Research Papers

Compressive Failure of Fiber Composites: A Homogenized, Mesh-Independent Model

[+] Author and Article Information
Armanj D. Hasanyan

Department of Aerospace Engineering,
University of Michigan,
Ann Arbor, MI 48109

Anthony M. Waas

William E Boeing Department of Aeronautics
and Astronautics,
University of Washington,
Seattle, WA 98195

1Present address: Aerospace Engineering, University of Michigan, Ann Arbor, MI, 48109.

Contributed by the Applied Mechanics Division of ASME for publication in the JOURNAL OF APPLIED MECHANICS. Manuscript received December 14, 2017; final manuscript received March 18, 2018; published online June 14, 2018. Assoc. Editor: George Kardomateas.

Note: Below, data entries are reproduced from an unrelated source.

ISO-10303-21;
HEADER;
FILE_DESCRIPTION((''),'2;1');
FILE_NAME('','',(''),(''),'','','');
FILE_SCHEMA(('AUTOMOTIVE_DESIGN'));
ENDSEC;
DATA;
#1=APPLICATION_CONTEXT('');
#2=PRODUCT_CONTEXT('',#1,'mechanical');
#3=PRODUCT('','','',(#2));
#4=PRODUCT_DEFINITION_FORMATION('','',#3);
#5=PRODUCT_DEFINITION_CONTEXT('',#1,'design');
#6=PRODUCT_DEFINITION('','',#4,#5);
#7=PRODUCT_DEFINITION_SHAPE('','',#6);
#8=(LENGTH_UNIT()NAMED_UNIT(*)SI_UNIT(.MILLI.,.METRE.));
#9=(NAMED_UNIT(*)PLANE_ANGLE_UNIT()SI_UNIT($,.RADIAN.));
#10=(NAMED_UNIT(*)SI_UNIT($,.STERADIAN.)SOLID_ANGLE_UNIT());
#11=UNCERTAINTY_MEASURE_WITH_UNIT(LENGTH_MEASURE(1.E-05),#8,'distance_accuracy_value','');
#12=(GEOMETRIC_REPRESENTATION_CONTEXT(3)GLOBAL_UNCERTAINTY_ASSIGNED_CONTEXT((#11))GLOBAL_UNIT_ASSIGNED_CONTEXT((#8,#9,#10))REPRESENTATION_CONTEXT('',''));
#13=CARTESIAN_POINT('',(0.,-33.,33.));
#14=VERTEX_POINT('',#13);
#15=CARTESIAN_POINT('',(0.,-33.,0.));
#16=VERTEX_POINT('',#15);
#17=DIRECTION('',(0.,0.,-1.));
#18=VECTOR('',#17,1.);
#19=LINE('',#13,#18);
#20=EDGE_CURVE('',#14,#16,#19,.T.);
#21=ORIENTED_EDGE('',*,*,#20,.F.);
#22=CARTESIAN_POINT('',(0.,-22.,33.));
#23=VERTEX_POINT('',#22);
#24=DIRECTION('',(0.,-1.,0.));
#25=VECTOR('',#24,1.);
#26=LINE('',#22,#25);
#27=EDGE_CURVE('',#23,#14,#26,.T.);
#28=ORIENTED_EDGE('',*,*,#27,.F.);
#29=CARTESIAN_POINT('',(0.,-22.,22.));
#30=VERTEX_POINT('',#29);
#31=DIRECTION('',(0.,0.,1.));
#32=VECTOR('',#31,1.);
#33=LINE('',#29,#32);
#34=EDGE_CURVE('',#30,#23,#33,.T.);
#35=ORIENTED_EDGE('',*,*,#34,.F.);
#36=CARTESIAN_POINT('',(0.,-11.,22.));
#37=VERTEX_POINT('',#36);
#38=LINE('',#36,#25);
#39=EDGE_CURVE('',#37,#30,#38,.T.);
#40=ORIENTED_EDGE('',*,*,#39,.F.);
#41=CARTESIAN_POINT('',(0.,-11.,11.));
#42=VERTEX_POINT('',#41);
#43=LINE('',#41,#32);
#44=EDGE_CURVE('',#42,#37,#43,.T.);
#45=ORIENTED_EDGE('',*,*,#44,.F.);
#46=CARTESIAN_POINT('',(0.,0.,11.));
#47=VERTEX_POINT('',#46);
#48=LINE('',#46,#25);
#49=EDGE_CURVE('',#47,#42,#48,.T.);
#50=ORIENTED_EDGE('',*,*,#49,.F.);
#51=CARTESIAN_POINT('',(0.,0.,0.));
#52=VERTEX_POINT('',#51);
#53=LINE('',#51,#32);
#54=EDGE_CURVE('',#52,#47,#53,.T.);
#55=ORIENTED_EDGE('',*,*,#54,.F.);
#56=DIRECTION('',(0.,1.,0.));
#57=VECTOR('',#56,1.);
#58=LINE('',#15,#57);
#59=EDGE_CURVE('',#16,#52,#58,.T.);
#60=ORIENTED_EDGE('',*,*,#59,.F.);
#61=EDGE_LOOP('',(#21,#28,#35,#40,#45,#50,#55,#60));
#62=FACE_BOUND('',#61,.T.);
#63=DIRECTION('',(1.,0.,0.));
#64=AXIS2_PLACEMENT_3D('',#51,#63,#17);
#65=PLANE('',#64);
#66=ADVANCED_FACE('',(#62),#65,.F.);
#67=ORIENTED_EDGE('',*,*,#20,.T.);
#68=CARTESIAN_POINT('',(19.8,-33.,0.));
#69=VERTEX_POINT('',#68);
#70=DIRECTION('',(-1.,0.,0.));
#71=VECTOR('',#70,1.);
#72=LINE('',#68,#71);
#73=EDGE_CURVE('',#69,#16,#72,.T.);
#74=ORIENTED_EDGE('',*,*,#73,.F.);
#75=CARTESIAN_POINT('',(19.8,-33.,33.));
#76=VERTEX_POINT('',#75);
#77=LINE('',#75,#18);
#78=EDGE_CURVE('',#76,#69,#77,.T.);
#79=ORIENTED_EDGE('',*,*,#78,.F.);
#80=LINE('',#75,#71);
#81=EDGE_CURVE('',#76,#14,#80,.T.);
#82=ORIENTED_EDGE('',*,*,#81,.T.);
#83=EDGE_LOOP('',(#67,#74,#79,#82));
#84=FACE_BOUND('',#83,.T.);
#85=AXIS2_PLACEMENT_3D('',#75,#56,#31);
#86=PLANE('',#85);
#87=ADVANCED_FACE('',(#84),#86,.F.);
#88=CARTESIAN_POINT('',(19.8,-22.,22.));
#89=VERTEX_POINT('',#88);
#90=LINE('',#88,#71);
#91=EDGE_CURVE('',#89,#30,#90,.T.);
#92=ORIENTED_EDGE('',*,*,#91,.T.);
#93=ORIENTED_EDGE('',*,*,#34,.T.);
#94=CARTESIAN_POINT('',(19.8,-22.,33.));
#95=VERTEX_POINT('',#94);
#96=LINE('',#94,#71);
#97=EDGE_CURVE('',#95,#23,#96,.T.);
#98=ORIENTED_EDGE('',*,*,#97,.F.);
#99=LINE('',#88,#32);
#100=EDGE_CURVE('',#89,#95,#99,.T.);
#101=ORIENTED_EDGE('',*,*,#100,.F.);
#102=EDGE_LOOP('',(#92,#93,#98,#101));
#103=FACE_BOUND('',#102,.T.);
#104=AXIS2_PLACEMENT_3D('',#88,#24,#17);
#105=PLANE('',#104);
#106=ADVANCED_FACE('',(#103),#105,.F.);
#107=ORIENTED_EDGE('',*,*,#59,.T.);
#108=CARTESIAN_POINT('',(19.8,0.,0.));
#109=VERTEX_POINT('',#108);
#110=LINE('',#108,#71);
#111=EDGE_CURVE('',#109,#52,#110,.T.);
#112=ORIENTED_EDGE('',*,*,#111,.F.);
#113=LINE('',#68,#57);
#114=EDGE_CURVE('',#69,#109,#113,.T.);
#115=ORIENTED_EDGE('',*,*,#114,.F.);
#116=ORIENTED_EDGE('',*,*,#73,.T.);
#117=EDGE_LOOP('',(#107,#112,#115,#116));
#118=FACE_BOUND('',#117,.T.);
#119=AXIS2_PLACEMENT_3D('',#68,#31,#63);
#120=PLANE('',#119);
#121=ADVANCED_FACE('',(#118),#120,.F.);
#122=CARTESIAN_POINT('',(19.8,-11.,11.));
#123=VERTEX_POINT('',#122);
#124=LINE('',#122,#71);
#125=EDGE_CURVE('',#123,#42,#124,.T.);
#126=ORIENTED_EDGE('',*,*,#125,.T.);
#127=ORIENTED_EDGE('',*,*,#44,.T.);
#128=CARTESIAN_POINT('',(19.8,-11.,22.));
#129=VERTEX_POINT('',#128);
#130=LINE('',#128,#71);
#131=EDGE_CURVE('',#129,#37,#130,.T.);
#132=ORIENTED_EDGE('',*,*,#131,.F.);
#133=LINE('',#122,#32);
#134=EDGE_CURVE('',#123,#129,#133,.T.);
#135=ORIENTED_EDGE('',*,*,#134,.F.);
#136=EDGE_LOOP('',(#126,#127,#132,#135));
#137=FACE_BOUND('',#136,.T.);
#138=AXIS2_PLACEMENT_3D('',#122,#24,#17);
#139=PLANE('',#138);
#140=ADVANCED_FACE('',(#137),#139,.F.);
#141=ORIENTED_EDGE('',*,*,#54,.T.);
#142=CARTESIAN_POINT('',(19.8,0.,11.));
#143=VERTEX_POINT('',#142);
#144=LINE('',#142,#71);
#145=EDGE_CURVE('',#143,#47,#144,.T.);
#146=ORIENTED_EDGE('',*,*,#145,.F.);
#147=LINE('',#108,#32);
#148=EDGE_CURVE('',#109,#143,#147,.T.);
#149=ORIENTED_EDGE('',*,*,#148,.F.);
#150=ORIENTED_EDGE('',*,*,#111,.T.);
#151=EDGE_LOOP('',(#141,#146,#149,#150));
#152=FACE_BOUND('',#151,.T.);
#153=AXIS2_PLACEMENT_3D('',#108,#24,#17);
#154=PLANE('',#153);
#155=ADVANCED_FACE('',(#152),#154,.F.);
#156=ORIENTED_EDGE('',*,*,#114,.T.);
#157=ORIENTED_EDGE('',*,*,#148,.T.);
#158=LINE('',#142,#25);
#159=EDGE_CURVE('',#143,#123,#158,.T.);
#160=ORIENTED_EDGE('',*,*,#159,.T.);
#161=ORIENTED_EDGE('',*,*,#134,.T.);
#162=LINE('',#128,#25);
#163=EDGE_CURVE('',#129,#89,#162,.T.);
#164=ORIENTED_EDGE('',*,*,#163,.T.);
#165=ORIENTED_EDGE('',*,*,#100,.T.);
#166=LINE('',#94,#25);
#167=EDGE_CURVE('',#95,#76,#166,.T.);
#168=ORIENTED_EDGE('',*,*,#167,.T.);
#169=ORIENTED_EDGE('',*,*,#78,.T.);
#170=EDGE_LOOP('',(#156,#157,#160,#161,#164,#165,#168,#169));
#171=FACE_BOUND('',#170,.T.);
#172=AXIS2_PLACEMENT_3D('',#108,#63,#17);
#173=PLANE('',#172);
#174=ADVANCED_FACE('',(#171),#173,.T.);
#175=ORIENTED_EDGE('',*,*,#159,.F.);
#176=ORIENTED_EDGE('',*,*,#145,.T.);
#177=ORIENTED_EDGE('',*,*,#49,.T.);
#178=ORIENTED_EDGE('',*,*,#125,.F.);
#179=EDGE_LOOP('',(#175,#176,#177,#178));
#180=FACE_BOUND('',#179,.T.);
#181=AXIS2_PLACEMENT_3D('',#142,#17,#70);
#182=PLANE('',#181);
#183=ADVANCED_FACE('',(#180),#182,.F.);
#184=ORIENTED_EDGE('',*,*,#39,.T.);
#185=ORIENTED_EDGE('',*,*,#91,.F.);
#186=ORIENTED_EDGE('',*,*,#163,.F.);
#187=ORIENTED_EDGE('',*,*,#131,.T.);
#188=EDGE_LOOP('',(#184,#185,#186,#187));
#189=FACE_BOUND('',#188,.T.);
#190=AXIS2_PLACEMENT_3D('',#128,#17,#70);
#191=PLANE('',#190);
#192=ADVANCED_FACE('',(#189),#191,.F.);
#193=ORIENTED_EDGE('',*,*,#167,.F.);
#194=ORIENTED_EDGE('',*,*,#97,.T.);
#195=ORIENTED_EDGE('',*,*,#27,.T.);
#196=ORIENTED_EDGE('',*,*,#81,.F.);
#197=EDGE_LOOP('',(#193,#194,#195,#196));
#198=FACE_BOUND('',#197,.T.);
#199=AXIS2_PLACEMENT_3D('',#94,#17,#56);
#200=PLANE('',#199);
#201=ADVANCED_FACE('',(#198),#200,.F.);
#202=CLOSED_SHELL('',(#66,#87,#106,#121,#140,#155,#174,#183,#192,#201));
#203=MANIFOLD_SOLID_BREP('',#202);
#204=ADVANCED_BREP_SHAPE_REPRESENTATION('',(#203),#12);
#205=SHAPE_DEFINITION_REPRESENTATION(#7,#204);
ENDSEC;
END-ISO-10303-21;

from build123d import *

# Parameters (mm, degrees)
EXTRUDE_1_DEPTH = 19.8


with BuildPart() as part:
    # 草图1 → 凸台-拉伸1 (new body)
    with BuildSketch(Plane(origin=(0, 0, 0), x_dir=(0, 0, -1), z_dir=(1, 0, 0))):
        Polygon((0, 0), (-11, 0), (-11, -11), (-22, -11), (-22, -22), (-33, -22), (-33, -33), (0, -33), align=None)
    extrude(amount=EXTRUDE_1_DEPTH)


solid = part.part
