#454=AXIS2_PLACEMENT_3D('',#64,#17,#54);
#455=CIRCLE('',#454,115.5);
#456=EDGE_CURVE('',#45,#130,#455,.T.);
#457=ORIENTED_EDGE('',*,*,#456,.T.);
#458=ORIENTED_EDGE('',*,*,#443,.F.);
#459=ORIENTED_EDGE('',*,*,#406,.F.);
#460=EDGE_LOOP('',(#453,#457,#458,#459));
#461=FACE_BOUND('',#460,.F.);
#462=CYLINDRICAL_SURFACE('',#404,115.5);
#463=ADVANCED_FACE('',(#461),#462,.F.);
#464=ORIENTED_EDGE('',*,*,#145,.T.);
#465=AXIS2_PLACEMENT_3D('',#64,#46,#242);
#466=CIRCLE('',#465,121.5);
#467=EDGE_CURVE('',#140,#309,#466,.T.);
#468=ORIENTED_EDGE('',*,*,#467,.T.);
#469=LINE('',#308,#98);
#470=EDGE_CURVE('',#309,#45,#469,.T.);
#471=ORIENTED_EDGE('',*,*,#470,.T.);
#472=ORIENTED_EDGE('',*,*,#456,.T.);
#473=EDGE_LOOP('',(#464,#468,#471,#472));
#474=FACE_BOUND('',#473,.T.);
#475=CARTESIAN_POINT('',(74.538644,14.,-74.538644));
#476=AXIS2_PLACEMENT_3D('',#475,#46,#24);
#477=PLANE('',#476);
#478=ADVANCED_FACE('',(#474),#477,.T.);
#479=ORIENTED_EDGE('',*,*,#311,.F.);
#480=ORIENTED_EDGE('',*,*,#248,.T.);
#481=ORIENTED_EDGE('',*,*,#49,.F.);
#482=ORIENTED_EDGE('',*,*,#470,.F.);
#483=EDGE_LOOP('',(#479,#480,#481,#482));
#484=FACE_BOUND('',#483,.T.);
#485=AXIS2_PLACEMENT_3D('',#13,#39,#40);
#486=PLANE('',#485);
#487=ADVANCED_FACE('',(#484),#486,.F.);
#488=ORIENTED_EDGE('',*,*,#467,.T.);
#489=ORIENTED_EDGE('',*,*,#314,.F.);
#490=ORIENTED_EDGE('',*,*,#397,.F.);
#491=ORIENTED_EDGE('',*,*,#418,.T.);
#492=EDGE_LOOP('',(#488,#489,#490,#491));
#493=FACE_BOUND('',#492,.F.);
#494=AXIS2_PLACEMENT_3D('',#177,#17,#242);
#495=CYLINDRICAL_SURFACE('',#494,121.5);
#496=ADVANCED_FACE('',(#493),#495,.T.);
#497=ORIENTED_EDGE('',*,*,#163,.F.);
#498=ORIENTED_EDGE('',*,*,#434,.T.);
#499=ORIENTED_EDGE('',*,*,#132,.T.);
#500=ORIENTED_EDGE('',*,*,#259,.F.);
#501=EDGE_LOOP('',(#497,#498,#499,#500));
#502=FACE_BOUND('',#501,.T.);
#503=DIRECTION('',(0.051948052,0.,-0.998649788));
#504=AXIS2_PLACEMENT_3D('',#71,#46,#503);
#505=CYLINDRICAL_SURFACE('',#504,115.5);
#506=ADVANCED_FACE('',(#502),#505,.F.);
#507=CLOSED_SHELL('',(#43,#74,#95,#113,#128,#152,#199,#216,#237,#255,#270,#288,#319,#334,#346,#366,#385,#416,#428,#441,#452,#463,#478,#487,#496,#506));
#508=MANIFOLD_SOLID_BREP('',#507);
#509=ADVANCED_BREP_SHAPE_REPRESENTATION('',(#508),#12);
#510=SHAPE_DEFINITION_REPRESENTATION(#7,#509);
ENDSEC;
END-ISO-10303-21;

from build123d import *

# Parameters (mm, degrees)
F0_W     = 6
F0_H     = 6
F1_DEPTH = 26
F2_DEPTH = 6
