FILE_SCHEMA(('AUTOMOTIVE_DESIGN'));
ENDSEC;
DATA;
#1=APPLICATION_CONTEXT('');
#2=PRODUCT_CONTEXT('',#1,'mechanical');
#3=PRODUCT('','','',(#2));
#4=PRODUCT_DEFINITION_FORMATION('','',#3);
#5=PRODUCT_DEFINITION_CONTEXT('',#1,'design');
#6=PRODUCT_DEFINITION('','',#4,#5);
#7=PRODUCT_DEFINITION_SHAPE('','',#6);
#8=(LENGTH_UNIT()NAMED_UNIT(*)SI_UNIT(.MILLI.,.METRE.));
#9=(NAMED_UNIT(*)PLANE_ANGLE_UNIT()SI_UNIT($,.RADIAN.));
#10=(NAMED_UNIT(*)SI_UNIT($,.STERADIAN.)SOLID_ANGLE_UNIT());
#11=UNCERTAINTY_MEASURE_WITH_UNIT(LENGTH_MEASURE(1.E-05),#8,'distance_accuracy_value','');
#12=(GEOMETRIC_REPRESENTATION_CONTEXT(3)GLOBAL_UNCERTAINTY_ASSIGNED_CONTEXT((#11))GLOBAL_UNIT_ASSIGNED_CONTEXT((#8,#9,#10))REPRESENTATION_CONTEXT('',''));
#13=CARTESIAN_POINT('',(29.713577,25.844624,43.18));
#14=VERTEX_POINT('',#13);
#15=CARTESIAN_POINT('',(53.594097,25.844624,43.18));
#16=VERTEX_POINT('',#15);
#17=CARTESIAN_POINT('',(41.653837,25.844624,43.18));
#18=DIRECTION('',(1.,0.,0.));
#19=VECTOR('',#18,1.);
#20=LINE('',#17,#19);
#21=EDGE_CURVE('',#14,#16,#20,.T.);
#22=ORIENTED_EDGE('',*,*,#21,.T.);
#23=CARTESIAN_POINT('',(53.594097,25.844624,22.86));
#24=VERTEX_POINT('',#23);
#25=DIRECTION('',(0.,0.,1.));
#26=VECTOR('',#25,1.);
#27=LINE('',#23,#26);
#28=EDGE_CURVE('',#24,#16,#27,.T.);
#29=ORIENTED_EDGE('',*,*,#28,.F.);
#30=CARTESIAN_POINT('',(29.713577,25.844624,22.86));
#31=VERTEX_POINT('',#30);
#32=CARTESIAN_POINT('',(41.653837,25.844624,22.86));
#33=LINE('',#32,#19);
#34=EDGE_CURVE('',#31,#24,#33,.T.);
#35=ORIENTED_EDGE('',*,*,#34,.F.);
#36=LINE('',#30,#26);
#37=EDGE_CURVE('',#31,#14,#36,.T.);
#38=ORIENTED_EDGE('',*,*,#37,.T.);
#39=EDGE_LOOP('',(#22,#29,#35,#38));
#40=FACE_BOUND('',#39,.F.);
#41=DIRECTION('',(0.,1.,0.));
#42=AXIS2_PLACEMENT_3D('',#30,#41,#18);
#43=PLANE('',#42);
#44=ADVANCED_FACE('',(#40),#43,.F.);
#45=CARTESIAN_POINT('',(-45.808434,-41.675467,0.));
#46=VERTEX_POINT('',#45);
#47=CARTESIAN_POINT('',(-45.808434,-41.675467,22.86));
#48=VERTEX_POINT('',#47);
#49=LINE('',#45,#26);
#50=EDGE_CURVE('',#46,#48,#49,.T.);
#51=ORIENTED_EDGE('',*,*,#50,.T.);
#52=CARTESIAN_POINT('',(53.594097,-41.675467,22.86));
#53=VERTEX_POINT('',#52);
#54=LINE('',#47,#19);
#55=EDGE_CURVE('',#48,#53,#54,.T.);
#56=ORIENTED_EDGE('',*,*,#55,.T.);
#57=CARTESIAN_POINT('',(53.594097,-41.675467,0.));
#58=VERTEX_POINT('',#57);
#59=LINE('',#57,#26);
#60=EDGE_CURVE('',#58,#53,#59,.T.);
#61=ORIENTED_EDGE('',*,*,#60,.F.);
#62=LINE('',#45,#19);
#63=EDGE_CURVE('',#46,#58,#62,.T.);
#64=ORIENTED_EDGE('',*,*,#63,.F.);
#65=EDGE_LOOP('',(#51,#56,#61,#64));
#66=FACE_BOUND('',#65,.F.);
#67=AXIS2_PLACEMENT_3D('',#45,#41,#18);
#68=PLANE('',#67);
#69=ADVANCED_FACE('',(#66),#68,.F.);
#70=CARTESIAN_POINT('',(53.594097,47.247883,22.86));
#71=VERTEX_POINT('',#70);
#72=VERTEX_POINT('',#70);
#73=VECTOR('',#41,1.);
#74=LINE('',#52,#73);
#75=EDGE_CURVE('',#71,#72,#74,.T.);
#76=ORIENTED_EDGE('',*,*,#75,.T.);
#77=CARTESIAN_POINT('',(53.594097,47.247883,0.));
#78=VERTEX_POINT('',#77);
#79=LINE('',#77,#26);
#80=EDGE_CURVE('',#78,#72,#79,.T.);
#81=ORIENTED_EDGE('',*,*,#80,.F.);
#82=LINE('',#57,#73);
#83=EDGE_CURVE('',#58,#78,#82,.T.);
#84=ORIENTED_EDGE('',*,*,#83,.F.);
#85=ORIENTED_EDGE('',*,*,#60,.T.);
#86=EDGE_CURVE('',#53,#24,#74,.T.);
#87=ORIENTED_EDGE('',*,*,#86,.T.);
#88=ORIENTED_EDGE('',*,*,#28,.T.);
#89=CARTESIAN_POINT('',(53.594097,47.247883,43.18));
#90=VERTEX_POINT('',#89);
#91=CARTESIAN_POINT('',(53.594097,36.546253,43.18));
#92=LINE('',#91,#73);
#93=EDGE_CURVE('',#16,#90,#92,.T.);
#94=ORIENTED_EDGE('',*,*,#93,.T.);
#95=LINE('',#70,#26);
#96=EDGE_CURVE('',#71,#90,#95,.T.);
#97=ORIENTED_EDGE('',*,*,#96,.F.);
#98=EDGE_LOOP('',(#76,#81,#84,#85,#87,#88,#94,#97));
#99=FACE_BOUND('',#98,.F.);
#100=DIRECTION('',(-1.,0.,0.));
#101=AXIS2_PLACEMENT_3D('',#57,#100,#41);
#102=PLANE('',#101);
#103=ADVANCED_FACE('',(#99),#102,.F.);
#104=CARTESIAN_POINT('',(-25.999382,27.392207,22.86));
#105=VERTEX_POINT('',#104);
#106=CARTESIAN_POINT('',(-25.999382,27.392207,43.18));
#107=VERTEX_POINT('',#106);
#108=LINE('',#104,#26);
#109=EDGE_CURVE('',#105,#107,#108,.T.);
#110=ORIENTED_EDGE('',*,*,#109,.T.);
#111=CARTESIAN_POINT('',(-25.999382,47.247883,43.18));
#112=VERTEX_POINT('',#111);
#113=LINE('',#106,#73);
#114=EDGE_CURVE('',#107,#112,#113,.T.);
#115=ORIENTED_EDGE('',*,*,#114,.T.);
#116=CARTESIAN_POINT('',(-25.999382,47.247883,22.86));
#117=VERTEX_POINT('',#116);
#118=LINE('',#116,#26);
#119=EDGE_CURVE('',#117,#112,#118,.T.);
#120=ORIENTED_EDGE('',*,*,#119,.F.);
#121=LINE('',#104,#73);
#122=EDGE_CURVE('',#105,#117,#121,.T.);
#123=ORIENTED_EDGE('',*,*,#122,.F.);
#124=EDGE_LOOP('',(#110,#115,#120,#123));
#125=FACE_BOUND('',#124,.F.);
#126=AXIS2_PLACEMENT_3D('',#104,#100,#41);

J. Appl. Mech 85(9), 091001 (Jun 14, 2018) (15 pages) Paper No: JAM-17-1679; doi: 10.1115/1.4039754 History: Received December 14, 2017; Revised March 18, 2018

Micromechanics models of fiber kinking provide insight into the compressive failure mechanism of fiber reinforced composites, but are computationally inefficient in capturing the progressive damage and failure of the material. A homogenized model is desirable for this purpose. Yet, if a proper length scale is not incorporated into the continuum, the resulting implementation becomes mesh dependent when a numerical approach is used for computation. In this paper, a micropolar continuum is discussed to characterize the compressive failure of fiber composites dominated by kinking. Kink banding is an instability associated with a snap-back behavior in the load–displacement response, leading to the formation of a finite region of localized deformation. The challenge in modeling this mode of failure is the inherent geometric and matrix material nonlinearity that must be considered. To overcome the mesh dependency of numerical results, a length scale is naturally introduced when modeling the composite as a micropolar continuum. A new approach is presented to approximate the effective transversely isotropic micropolar constitutive relation of a fiber composite. Using an updated Lagrangian, nonlinear finite element code, previously developed for incorporating the additional rotational degrees-of-freedom (DOFs) of micropolar theory, the simulation of localized deformation in a continuum model, corresponding to fiber kinking, is demonstrated and is found to be comparable with the micromechanics simulation results. Most importantly, the elusive kink band width is a natural outcome of the continuum model.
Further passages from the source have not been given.